Allocated resources:
(Total limits may be over 100 percent, i.e., overcommitted.)
Resource Requests Limits
-------- -------- ------
cpu 365m (2%) 0 (0%)
memory 320Mi (0%) 5632Mi (4%)
ephemeral-storage 0 (0%) 0 (0%)
hugepages-1Gi 0 (0%) 0 (0%)
hugepages-2Mi 0 (0%) 0 (0%)
nvidia.com/gpu 2 2
Now when I go inside a container and check with nvidia-smi
I see that 2 GPUs are visible as shown below.
+---------------------------------------------------------------------------------------+
| NVIDIA-SMI 535.230.02 Driver Version: 535.230.02 CUDA Version: 12.2 |
|-----------------------------------------+----------------------+----------------------+
| GPU Name Persistence-M | Bus-Id Disp.A | Volatile Uncorr.
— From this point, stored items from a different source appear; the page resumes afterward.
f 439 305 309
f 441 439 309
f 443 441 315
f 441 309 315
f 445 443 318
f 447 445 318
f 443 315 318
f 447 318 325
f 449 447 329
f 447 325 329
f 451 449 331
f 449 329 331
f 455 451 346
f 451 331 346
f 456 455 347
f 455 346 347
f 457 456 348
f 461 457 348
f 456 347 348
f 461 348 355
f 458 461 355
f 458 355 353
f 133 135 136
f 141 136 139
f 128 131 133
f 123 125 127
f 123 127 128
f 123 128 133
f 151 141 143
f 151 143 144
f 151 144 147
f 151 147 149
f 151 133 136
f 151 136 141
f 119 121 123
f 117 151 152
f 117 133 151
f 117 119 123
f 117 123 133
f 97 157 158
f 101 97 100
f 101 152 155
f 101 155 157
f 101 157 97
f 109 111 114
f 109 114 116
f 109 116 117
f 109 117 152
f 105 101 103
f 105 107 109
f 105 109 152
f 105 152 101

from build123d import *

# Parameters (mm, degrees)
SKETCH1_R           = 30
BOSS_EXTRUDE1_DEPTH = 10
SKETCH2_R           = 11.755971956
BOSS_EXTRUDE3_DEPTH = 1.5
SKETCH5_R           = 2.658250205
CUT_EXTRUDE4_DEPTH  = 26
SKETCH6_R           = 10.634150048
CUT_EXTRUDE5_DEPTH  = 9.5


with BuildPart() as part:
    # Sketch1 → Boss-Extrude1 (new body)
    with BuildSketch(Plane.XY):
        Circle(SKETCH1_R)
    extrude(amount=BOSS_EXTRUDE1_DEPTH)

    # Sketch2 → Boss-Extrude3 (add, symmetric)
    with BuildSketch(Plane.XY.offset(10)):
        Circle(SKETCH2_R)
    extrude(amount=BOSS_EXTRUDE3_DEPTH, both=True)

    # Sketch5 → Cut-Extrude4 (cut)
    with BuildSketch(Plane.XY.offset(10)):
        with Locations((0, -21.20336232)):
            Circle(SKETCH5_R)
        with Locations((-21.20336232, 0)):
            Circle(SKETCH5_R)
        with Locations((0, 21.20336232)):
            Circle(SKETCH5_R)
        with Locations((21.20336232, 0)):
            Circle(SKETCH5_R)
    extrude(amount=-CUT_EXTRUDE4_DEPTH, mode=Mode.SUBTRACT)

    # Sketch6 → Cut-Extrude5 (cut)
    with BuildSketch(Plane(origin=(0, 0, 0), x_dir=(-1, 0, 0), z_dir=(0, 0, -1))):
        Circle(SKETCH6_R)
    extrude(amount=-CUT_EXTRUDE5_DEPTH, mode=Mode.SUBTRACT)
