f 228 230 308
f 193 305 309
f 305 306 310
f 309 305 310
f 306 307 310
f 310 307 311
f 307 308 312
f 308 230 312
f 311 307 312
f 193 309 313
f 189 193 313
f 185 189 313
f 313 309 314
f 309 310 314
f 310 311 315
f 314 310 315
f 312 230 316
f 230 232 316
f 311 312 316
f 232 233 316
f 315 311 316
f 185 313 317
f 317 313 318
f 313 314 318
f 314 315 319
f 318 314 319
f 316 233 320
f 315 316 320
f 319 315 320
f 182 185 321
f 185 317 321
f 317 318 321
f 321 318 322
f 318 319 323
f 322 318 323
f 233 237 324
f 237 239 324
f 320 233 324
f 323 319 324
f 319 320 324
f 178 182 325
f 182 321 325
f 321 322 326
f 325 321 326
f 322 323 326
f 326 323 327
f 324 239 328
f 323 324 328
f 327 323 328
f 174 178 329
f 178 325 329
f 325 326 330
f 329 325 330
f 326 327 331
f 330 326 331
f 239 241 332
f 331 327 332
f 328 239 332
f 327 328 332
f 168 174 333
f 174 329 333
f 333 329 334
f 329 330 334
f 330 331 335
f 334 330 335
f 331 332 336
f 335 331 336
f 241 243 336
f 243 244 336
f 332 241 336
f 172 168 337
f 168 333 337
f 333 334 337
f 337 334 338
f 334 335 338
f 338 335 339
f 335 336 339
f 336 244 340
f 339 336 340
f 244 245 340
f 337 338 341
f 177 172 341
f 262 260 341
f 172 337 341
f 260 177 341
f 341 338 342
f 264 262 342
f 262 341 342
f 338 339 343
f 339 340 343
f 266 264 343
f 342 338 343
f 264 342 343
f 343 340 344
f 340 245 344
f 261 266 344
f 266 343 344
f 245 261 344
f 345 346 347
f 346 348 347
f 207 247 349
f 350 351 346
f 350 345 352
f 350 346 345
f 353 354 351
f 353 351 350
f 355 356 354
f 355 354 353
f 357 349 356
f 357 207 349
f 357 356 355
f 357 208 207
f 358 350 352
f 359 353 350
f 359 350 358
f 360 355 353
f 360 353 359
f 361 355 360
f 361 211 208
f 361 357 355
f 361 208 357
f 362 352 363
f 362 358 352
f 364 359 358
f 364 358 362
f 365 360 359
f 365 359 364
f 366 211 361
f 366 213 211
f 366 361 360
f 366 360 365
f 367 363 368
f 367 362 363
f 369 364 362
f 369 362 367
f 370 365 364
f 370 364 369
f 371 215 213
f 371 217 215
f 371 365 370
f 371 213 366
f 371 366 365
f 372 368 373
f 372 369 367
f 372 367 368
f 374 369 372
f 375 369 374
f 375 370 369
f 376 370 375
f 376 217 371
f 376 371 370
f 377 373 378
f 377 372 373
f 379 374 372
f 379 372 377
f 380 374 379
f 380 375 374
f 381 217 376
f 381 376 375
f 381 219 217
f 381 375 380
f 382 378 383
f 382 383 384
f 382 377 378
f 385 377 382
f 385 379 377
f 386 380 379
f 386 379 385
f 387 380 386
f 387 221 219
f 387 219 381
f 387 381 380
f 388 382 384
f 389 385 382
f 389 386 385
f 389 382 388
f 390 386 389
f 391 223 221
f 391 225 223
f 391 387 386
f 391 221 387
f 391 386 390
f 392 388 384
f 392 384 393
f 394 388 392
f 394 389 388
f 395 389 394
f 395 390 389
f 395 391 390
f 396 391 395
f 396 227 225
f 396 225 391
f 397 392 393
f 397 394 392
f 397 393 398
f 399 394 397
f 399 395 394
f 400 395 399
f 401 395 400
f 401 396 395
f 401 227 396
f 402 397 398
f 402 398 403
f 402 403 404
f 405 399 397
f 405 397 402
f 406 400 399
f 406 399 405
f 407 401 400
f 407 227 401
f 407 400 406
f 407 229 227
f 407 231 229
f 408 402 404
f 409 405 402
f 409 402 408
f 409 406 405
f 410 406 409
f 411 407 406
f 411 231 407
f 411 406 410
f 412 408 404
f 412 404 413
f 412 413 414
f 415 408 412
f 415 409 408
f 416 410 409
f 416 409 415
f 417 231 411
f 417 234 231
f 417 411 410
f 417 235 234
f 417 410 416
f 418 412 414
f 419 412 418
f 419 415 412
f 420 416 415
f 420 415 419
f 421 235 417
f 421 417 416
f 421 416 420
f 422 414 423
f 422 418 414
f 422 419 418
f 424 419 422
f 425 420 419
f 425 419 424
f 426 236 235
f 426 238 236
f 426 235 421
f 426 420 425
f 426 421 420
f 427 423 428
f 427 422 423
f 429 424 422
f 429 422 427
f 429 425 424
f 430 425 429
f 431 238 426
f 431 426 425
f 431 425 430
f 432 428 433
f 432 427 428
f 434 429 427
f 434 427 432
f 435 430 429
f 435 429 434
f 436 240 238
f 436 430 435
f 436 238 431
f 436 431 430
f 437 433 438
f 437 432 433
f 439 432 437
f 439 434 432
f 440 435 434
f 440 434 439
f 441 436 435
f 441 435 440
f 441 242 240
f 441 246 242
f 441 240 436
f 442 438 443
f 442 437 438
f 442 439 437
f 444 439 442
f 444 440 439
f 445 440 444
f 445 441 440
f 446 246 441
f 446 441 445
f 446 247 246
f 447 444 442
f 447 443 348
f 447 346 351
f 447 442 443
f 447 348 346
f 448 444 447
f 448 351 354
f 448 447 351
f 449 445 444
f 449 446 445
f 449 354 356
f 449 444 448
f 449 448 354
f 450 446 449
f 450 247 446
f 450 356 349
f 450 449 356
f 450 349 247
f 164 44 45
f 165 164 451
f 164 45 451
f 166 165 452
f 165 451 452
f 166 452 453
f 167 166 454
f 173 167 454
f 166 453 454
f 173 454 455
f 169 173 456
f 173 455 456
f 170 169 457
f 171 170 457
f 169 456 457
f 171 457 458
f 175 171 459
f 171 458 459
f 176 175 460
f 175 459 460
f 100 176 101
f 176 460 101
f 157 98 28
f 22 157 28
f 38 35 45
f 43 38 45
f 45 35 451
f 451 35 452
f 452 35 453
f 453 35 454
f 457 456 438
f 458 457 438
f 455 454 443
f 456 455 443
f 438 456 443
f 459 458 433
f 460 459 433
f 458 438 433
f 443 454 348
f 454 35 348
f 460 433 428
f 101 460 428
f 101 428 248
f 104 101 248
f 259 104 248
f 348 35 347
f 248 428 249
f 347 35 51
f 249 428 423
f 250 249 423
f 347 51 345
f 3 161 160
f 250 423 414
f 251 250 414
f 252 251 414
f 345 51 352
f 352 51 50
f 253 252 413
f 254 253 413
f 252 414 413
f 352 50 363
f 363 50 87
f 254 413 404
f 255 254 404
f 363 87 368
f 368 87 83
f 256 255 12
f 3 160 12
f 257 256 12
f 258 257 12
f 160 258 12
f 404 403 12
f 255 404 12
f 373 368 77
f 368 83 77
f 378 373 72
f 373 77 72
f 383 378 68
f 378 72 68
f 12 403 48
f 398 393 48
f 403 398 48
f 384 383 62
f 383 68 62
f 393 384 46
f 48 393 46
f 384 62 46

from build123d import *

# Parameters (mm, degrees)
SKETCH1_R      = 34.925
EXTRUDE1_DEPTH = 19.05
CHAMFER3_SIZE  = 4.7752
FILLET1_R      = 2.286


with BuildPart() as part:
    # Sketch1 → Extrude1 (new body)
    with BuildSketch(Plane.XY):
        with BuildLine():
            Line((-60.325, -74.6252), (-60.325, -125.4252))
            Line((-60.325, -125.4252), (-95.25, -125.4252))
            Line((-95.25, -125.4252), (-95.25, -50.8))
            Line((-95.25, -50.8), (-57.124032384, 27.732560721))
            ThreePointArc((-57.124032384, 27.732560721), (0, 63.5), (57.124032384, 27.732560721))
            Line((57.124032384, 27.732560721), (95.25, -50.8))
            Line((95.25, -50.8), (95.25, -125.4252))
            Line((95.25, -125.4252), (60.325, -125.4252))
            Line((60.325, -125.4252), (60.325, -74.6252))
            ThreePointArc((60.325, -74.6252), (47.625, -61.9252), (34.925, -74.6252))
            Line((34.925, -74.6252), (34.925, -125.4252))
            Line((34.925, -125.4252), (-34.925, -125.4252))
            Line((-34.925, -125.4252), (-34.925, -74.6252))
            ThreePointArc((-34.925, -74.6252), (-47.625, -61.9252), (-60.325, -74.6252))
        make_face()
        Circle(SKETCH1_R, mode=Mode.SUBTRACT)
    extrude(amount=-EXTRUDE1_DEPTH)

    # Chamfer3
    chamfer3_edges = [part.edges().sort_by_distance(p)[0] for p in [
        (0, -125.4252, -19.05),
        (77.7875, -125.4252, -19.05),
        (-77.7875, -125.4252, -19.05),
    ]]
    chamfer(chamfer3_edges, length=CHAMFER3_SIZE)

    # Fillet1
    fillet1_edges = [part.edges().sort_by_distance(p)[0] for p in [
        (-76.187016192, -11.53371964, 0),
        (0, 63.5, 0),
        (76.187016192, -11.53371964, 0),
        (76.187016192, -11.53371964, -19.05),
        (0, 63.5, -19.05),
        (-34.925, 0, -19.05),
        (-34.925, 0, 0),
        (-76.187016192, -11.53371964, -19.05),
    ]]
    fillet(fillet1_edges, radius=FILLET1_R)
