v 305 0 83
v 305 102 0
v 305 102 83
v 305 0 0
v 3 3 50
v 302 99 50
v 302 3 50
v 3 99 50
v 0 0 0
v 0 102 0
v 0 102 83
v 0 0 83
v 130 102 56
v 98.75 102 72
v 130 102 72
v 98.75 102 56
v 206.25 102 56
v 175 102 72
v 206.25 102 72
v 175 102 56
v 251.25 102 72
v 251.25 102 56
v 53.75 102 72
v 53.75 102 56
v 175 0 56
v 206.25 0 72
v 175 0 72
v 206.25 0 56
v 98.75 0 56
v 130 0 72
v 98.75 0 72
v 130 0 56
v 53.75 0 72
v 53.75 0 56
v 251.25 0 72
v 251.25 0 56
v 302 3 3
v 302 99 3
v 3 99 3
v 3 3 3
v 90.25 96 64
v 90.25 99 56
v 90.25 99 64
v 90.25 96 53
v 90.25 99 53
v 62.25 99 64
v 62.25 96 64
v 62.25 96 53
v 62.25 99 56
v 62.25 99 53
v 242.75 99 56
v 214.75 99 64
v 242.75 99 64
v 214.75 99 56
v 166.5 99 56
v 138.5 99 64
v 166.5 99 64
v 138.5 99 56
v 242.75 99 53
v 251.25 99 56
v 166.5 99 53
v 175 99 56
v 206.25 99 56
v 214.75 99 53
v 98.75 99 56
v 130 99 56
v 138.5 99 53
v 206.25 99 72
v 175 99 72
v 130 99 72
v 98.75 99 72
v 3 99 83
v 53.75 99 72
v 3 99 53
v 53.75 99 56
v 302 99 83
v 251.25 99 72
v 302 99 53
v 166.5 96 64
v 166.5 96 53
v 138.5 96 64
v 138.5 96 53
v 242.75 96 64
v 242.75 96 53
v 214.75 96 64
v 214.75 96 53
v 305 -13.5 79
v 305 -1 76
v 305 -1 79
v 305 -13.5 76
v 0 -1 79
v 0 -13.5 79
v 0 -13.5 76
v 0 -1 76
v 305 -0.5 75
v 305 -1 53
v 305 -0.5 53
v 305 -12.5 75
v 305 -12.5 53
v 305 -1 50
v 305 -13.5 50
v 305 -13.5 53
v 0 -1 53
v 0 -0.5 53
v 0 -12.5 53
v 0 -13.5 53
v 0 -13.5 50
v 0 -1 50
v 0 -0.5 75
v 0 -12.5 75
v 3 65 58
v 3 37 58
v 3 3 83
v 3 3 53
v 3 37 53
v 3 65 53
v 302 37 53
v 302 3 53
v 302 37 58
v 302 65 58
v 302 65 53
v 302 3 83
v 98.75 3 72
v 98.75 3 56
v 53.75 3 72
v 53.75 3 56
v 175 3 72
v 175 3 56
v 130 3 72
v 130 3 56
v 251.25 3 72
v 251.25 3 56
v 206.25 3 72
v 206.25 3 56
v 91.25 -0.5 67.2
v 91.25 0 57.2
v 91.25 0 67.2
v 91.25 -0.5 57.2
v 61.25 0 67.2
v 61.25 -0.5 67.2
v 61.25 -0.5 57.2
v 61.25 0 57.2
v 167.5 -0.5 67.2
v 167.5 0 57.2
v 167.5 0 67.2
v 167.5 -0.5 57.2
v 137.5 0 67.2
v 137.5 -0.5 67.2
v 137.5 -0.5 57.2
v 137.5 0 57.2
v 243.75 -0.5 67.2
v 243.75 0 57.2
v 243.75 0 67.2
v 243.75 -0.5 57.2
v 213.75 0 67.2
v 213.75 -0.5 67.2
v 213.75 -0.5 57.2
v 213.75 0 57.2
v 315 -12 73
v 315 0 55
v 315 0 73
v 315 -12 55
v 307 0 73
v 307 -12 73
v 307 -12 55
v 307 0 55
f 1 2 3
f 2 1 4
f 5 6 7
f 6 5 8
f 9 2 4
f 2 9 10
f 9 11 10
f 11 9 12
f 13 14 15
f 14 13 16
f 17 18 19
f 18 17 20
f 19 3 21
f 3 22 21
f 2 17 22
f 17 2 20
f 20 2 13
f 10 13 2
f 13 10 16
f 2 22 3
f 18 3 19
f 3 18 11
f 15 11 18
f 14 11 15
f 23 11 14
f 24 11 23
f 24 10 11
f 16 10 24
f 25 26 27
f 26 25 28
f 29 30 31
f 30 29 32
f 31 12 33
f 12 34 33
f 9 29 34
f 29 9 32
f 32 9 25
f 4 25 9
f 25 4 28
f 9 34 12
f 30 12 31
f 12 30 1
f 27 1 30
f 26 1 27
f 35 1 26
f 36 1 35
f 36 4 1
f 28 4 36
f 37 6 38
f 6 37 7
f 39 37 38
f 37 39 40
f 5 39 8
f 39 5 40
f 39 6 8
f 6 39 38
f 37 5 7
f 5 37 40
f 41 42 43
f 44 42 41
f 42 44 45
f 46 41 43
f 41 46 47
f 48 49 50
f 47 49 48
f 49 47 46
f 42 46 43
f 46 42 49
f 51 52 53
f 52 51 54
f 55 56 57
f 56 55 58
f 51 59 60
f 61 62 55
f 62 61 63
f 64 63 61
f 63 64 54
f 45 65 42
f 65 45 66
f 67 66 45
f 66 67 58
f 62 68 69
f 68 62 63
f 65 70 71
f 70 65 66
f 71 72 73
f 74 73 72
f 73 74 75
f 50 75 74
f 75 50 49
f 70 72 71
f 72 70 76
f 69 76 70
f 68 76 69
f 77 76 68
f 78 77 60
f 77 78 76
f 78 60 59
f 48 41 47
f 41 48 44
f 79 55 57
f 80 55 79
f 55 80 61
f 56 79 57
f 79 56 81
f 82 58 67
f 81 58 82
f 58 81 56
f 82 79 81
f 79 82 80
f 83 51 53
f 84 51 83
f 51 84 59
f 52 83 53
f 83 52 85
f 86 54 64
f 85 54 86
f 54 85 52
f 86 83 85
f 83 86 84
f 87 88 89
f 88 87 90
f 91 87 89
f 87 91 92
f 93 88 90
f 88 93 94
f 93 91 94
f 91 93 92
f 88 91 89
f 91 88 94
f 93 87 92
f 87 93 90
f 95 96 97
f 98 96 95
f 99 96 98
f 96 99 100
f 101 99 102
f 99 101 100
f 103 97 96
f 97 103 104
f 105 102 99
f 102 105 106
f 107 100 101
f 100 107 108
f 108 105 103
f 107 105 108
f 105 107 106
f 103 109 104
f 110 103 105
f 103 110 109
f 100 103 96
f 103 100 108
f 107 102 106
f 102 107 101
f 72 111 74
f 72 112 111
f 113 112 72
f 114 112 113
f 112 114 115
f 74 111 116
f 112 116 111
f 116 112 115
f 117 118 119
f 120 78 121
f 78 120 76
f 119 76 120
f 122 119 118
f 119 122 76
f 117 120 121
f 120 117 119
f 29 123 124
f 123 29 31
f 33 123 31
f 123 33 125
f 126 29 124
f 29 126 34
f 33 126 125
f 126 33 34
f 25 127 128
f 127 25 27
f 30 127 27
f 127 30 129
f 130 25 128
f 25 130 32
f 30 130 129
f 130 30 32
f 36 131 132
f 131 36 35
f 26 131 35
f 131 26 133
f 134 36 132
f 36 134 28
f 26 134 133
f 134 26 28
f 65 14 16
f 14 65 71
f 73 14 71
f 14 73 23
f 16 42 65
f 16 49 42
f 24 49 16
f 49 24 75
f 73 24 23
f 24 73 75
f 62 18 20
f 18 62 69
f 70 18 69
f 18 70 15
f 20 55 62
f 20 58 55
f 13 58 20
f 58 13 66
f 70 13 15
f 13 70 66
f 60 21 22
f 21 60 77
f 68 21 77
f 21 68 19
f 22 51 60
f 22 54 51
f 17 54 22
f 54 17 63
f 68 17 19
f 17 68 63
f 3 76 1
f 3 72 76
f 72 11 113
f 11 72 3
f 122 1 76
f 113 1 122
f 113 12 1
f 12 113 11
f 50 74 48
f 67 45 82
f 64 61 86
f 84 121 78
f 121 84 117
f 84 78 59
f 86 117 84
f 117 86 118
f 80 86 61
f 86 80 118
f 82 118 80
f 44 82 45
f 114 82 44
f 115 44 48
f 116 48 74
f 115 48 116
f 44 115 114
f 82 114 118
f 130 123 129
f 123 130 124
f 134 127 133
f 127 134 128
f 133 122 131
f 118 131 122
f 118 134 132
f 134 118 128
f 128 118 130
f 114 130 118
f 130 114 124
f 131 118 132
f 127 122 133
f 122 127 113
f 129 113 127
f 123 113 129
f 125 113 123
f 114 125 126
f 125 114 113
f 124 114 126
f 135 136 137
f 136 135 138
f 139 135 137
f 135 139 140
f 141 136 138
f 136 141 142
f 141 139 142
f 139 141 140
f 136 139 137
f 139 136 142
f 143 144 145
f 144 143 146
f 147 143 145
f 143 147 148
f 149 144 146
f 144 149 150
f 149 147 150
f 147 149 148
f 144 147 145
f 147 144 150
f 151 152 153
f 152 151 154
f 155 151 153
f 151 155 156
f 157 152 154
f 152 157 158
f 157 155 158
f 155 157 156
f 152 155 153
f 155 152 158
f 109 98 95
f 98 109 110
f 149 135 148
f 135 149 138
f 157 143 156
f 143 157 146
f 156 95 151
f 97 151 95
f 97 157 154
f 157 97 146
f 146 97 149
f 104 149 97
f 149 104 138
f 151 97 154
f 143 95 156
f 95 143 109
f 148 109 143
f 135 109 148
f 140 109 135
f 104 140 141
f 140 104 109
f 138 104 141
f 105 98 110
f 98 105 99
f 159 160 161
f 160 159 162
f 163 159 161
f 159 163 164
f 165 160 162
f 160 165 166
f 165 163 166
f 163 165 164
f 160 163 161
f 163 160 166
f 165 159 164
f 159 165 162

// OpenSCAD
// 02_tabbed_slider_detent.scad
// Variant 2: X-sliding bar with strong detent – bar shifts LEFT/RIGHT to align tongues with windows.
// Housing on exterior of new tray front face (y<0). Bar slides in X direction.
// UNLOCKED: bar shifted so tongues are BETWEEN windows (not aligned → no collision on drop).
// LOCKED: bar shifted back, tongues centered on window X positions.
// Then bar also moves +Y by small ENGAGE amount to seat tongues into windows.
// Separate detent holds each position.
//
// Benefit: can be operated end-on from the short ends (x=0 or x=305 face).
// Rear: 3 fixed capture posts inside footprint.
//
// lock=0: bar shifted right (unlocked, tongues between windows)
// lock=1: bar centered (locked, tongues in windows)

lock = 1;
$fn = 48;

TW = 305; TD = 102; TH_NEW = 50; TH_TOP = 33; WALL = 3;
TOP_BASE_Z = TH_NEW;

WIN_W = 45; WIN_H = 16; WIN_Z_CTR = 64;
WIN_Z_BOT = WIN_Z_CTR - WIN_H/2;   // 56
WIN_Z_TOP = WIN_Z_CTR + WIN_H/2;   // 72
WIN_XS = [TW*1/4, TW*2/4, TW*3/4]; // 76.25, 152.5, 228.75

TONGUE_W = 30; TONGUE_H = 10; CL = 1.2;

// Lateral shift to unlock: move tongues between windows
// Gap between adjacent windows: (WIN_XS[1]-WIN_XS[0]) - WIN_W = 76.25 - 45 = 31.25mm
// Shift by half gap (15.6mm) centers tongues in the gap between windows
SHIFT = 22;   // X shift to unlock (tongue lands between windows, fully on solid wall)

// Bar body
BAR_W = TW + 2*SHIFT;   // wider to slide without exposing ends
BAR_H = WIN_H + 6;
BAR_Z0 = WIN_Z_BOT - 3;
BAR_D = 12;    // Y exterior depth

// Tongue height in window
TONGUE_ENGAGE = 5;  // Y penetration into window when locked

// Housing flanges
HSG_X0 = -SHIFT; HSG_XLEN = TW + 2*SHIFT;

// Detent
DET_R = 2.0;

// Rear posts
RPOST_W = 28; RPOST_H = 14; RPOST_D = WALL;

// End hooks
LIP_T = WALL; LIP_W = 28; LIP_H = 8;

COL_NEW  = "#1565C0";
COL_TOP  = "#90A4AE";
COL_BOLT = "#F9A825";

module new_tray() {
    color(COL_NEW) union() {
        difference() {
            cube([TW, TD, TH_NEW]);
            translate([WALL, WALL, WALL])
                cube([TW-2*WALL, TD-2*WALL, TH_NEW-WALL+0.1]);
            // tongue pass-through slots in front wall (window positions)
            for (wx = WIN_XS)
                translate([wx - TONGUE_W/2 - CL, -0.1, WIN_Z_BOT + CL])
                    cube([TONGUE_W + 2*CL, WALL + 0.2, TONGUE_H]);
            // channel for bar rail on exterior (pocket in front face exterior region)
            translate([0, -BAR_D - 1, BAR_Z0 - 1])
                cube([TW, BAR_D + 0.5, BAR_H + 2]);
            // detent sockets in locked and unlocked positions
            translate([TW/2, -BAR_D/2, BAR_Z0 + BAR_H/2])
                sphere(r=DET_R);
        }

        // Housing top and bottom flanges (keep bar captive in Z)
        translate([0, -BAR_D - 1.5, BAR_Z0 + BAR_H + 1])
            cube([TW, BAR_D + 0.5, WALL]);
        translate([0, -BAR_D - 1.5, BAR_Z0 - WALL])
            cube([TW, BAR_D + 0.5, WALL]);

        // Rear capture posts
        for (wx = WIN_XS)
            translate([wx - RPOST_W/2, TD - WALL - RPOST_D, TOP_BASE_Z])
                cube([RPOST_W, RPOST_D, RPOST_H]);

        // End rim-lip hooks
        translate([0, TD/2 - LIP_W/2, TOP_BASE_Z])
            cube([LIP_T, LIP_W, LIP_H]);
        translate([TW - LIP_T, TD/2 - LIP_W/2, TOP_BASE_Z])
            cube([LIP_T, LIP_W, LIP_H]);
    }
}

module top_tray() {
    color(COL_TOP) translate([0, 0, TOP_BASE_Z]) difference() {
        cube([TW, TD, TH_TOP]);
        translate([WALL, WALL, WALL]) cube([TW-2*WALL, TD-2*WALL, TH_TOP]);
        for (wx = WIN_XS)
            translate([wx-WIN_W/2, -0.1, WIN_Z_BOT-TOP_BASE_Z])
                cube([WIN_W, WALL+0.2, WIN_H]);
        for (wx = WIN_XS)
            translate([wx-WIN_W/2, TD-WALL-0.1, WIN_Z_BOT-TOP_BASE_Z])
                cube([WIN_W, WALL+0.2, WIN_H]);
    }
}

module slide_bar_x(shift_x) {
    // shift_x = 0 → locked (tongues on windows), SHIFT → unlocked (tongues between windows)
    color(COL_BOLT)
    translate([shift_x, 0, 0]) {
        // bar body exterior
        translate([0, -BAR_D - 0.5, BAR_Z0])
            cube([TW, BAR_D, BAR_H]);
        // 3 tongues pointing +Y at correct Z
        for (wx = WIN_XS)
            translate([wx - TONGUE_W/2, -TONGUE_ENGAGE - WALL, WIN_Z_BOT + CL])
                cube([TONGUE_W, TONGUE_ENGAGE + WALL, TONGUE_H]);
        // end-pull tab (right end, accessible from x=305 face)
        translate([TW + 2, -BAR_D/2 - 6, BAR_Z0 + 2])
            cube([8, 12, BAR_H - 4]);
        // detent nub
        translate([TW/2, -BAR_D/2 - 0.5, BAR_Z0 + BAR_H/2])
            sphere(r=DET_R * 0.82);
    }
}

// ── Assembly ───────────────────────────────────────────────────────────────
bar_shift = (lock == 1) ? 0 : SHIFT;

new_tray();
top_tray();
slide_bar_x(bar_shift);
ECC |
| Fan Temp Perf Pwr:Usage/Cap | Memory-Usage | GPU-Util Compute M. |
| | | MIG M. |
|=========================================+======================+======================|
| 0 NVIDIA GeForce RTX 3080 Off | 00000000:01:00.0 Off | N/A |
| 0% 34C P8 16W / 340W | 564MiB / 10240MiB | 0% Default |
| | | N/A |
+-----------------------------------------+----------------------+----------------------+
| 1 NVIDIA GeForce RTX 3080 Off | 00000000:03:00.0 Off | N/A |
| 0% 30C P8 18W / 340W | 12MiB / 10240MiB | 0% Default |
| | | N/A |
+-----------------------------------------+----------------------+----------------------+
+---------------------------------------------------------------------------------------+
| Processes: |
| GPU GI CI PID Type Process name GPU Memory |
| ID ID Usage |
|=======================================================================================|
+---------------------------------------------------------------------------------------+
Expectation
Each GPU should be exclusively allocated to each container that requests a GPU and it should run on that GPU only. I thought GPUs are not shared by default unless we enable MIGs or time-slicing explicitly.
- Why is this happening?
- Are there any changes to microk8s or the manifest of the Pod that might resolve this issue?
- Is this an issue with the Python Kubernetes client?
This is the first time I am using Kubernetes and microk8s so I am unsure what the root problem might be.